In a previous study, Gu J et al. showed that subjects with the variant allele of rs398652 (associated with longer telomeres) has a significantly reduced risk of bladder cancer [9]. In addition, we found that both rs621559 and rs398652 genetic variants have obvious impact on LTL and ESCC susceptibility in Chinese [26]. In line with these findings, our current study also confirmed that only rs621559 and rs398652 influence risk of HBV-related HCC among all eleven GWAS-identified LTL-related SNPs. These findings demonstrate that rs621559 and rs398652 might be common genetic components in intensifying risk of different malignancies.

Another possible explanation of this inconsistence is that rs621559 and rs398652 SNPs may also contribute to HCC risk through influence function and/or expression of genes in a trans-regulation way. rs398652 locates about 60 kb from the PELI2 gene, encoding the pellino2 protein which plays a pivotal role in inflammatory response and production of cytokines. Interestingly, it has been shown that chronic inflammation is associated with up to 25% of malignancies and also accelerates telomere attrition [35]–[37]. Therefore, it is possible that chronic inflammation caused by HBV infection can partly elucidates associations between rs398652 and telomere length as well as HCC risk. For rs621559, there is no report on its host, the WDR65 gene, shows its involvement in either telomere maintenance or carcinogenesis.
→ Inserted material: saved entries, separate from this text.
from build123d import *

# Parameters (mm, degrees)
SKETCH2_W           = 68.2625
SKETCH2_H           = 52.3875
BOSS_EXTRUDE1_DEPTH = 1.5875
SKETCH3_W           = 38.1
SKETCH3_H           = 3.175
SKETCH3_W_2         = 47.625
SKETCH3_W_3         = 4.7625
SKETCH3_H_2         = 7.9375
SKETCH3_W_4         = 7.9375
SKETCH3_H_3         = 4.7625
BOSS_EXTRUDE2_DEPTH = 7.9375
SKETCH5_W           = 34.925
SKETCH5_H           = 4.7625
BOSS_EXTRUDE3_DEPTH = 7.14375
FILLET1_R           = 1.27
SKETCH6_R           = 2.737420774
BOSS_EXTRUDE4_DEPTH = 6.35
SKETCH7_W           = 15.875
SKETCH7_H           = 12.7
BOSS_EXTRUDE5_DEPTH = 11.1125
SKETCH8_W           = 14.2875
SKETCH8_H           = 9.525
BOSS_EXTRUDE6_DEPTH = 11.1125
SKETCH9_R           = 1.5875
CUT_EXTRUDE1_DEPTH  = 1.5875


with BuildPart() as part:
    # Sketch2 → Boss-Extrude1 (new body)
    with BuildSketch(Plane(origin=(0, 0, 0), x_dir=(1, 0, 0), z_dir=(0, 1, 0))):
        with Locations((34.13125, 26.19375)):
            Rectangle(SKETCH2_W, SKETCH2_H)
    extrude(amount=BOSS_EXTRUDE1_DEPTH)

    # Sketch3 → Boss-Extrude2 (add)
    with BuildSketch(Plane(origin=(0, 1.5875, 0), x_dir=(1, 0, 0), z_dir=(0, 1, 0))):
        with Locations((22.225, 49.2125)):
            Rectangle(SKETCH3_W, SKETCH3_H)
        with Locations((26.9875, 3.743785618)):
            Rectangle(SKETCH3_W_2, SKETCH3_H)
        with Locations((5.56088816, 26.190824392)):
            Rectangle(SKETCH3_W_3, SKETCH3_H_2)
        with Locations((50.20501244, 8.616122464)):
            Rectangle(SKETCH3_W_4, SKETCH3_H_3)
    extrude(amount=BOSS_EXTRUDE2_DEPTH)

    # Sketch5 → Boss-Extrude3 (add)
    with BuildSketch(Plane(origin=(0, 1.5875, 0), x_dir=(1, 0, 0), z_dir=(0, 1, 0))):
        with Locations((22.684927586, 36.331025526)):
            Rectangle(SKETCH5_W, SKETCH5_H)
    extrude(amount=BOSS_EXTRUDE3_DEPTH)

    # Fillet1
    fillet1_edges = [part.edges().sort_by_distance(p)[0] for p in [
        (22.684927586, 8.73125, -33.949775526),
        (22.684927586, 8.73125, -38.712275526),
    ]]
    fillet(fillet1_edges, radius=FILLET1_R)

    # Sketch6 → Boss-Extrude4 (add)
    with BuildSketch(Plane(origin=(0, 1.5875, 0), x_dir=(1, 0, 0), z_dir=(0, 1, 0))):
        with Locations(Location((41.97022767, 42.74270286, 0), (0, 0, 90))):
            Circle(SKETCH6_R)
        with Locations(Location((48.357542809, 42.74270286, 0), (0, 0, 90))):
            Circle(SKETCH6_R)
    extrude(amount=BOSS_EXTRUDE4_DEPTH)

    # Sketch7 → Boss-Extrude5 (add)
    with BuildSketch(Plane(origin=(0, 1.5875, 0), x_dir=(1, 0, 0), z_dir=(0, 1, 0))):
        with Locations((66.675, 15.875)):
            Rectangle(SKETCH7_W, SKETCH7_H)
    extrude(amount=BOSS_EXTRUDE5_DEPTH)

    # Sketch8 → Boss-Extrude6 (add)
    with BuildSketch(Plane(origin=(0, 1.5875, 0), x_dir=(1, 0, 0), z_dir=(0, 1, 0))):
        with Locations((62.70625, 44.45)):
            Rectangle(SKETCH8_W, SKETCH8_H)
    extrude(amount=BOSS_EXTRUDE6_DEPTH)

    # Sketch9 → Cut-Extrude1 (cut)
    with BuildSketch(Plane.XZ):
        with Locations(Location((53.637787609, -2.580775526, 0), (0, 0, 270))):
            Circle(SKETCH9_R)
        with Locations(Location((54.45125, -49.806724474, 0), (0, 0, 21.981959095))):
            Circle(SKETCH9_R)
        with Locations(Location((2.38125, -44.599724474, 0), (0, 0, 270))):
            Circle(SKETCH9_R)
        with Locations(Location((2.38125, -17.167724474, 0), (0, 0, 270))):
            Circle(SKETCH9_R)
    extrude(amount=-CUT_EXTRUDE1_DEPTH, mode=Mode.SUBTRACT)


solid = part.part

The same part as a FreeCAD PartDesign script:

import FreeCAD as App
import Part
import Sketcher

V = App.Vector
Q = App.Units.Quantity


def edges_at(feature, points):
    """Names of the edges that pass closest to the given points."""
    edges = feature.Shape.Edges
    near = lambda p: min(range(len(edges)), key=lambda i: edges[i].distToShape(Part.Vertex(*p))[0])
    return sorted({f"Edge{near(p) + 1}" for p in points})


def add_polygon(sketch, points):
    """Adds a closed chain of lines whose ends are joined by coincident constraints."""
    first, n = sketch.GeometryCount, len(points)
    for a, b in zip(points, points[1:] + points[:1]):
        sketch.addGeometry(Part.LineSegment(App.Vector(*a, 0), App.Vector(*b, 0)), False)
    for i in range(n):
        sketch.addConstraint(Sketcher.Constraint("Coincident", first + i, 2, first + (i + 1) % n, 1))

doc = App.newDocument("Part")
body = doc.addObject("PartDesign::Body", "Body")

# Sketch on XZ plane
sketch1 = doc.addObject("Sketcher::SketchObject", "Sketch")
body.addObject(sketch1)
sketch1.AttachmentSupport = (doc.XZ_Plane, [""])
sketch1.MapMode = "FlatFace"
add_polygon(sketch1, [(0, -52.3875), (0, 0), (68.2625, 0), (68.2625, -52.3875)])  # lines 0-3
sketch1.addConstraint(Sketcher.Constraint("Vertical", 0))
sketch1.addConstraint(Sketcher.Constraint("Horizontal", 1))
sketch1.addConstraint(Sketcher.Constraint("Vertical", 2))
sketch1.addConstraint(Sketcher.Constraint("Horizontal", 3))
sketch1.addConstraint(Sketcher.Constraint("Coincident", 0, 2, -1, 1))
sketch1.addConstraint(Sketcher.Constraint("DistanceX", 1, 1, 1, 2, Q("2.6875 in")))
sketch1.addConstraint(Sketcher.Constraint("DistanceY", 0, 1, 0, 2, Q("2.0625 in")))
pad1 = doc.addObject("PartDesign::Pad", "Pad")
body.addObject(pad1)
pad1.Profile = sketch1
pad1.Length = Q("0.0625 in")
pad1.Reversed = True

# Sketch on XZ plane
sketch2 = doc.addObject("Sketcher::SketchObject", "Sketch001")
body.addObject(sketch2)
sketch2.AttachmentSupport = (doc.XZ_Plane, [""])
sketch2.MapMode = "FlatFace"
sketch2.AttachmentOffset = App.Placement(V(0, 0, -0.0625 * 25.4), App.Rotation())
add_polygon(sketch2, [(3.175, -50.8), (3.175, -47.625), (41.275, -47.625), (41.275, -50.8)])  # lines 0-3
add_polygon(sketch2, [(3.175, -5.331286), (3.175, -2.156286), (50.8, -2.156286), (50.8, -5.331286)])  # lines 4-7
add_polygon(sketch2, [(3.179638, -30.159574), (3.179638, -22.222074), (7.942138, -22.222074), (7.942138, -30.159574)])  # lines 8-11
add_polygon(sketch2, [(46.236262, -10.997372), (46.236262, -6.234872), (54.173762, -6.234872), (54.173762, -10.997372)])  # lines 12-15
sketch2.addConstraint(Sketcher.Constraint("Vertical", 0))
sketch2.addConstraint(Sketcher.Constraint("Horizontal", 1))
sketch2.addConstraint(Sketcher.Constraint("Vertical", 2))
sketch2.addConstraint(Sketcher.Constraint("Horizontal", 3))
sketch2.addConstraint(Sketcher.Constraint("Vertical", 4))
sketch2.addConstraint(Sketcher.Constraint("Horizontal", 5))
sketch2.addConstraint(Sketcher.Constraint("Vertical", 6))
sketch2.addConstraint(Sketcher.Constraint("Horizontal", 7))
sketch2.addConstraint(Sketcher.Constraint("Vertical", 8))
sketch2.addConstraint(Sketcher.Constraint("Horizontal", 9))
sketch2.addConstraint(Sketcher.Constraint("Vertical", 10))
sketch2.addConstraint(Sketcher.Constraint("Horizontal", 11))
sketch2.addConstraint(Sketcher.Constraint("Vertical", 12))
sketch2.addConstraint(Sketcher.Constraint("Horizontal", 13))
sketch2.addConstraint(Sketcher.Constraint("Vertical", 14))
sketch2.addConstraint(Sketcher.Constraint("Horizontal", 15))
sketch2.addConstraint(Sketcher.Constraint("Vertical", 3, 2, 4, 2))
sketch2.addConstraint(Sketcher.Constraint("Equal", 2, 4))
sketch2.addConstraint(Sketcher.Constraint("Equal", 15, 8))
sketch2.addConstraint(Sketcher.Constraint("Equal", 11, 12))
sketch2.addConstraint(Sketcher.Constraint("DistanceX", 1, 1, 1, 2, Q("1.5 in")))
sketch2.addConstraint(Sketcher.Constraint("DistanceY", 2, 2, -1, 1, Q("2 in")))
sketch2.addConstraint(Sketcher.Constraint("DistanceX", -1, 1, 5, 2, Q("2 in")))
sketch2.addConstraint(Sketcher.Constraint("DistanceX", 5, 1, 5, 2, Q("1.875 in")))
sketch2.addConstraint(Sketcher.Constraint("DistanceX", 9, 1, 9, 2, Q("0.1875 in")))
sketch2.addConstraint(Sketcher.Constraint("DistanceX", 13, 1, 13, 2, Q("0.3125 in")))
sketch2.addConstraint(Sketcher.Constraint("DistanceY", 0, 1, 0, 2, Q("0.125 in")))
sketch2.addConstraint(Sketcher.Constraint("DistanceY", 9, 2, 12, 2, Q("15.987202 mm")))
sketch2.addConstraint(Sketcher.Constraint("DistanceX", -1, 1, 8, 2, Q("3.179638 mm")))
sketch2.addConstraint(Sketcher.Constraint("DistanceY", 8, 2, 7, 2, Q("16.890789 mm")))
sketch2.addConstraint(Sketcher.Constraint("DistanceY", 4, 2, -1, 1, Q("2.156286 mm")))
sketch2.addConstraint(Sketcher.Constraint("DistanceX", -1, 1, 12, 2, Q("46.236262 mm")))
pad2 = doc.addObject("PartDesign::Pad", "Pad001")
body.addObject(pad2)
pad2.Profile = sketch2
pad2.Length = Q("0.3125 in")
pad2.Reversed = True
Our results are obtained from two independent case-control analyses derived from different Han Chinese populations. Having relative large sample sizes, significantly increased/decreased ORs with small P values, these results are unlikely to be attributable to selection bias or unknown confounding factors. The fact that genotype frequencies of all SNPs fit Hardy–Weinberg equilibrium and are identical in the three populations further supports the randomness of our subject selection. Therefore, further studies of HCC and other cancers would be helpful to verify our results.

In all, to the best of our knowledge, this is the first study to reveal that the LTL-related 1p34.2 rs621559 and 14q21 rs398652 polymorphisms influence development of HBV-related HCC.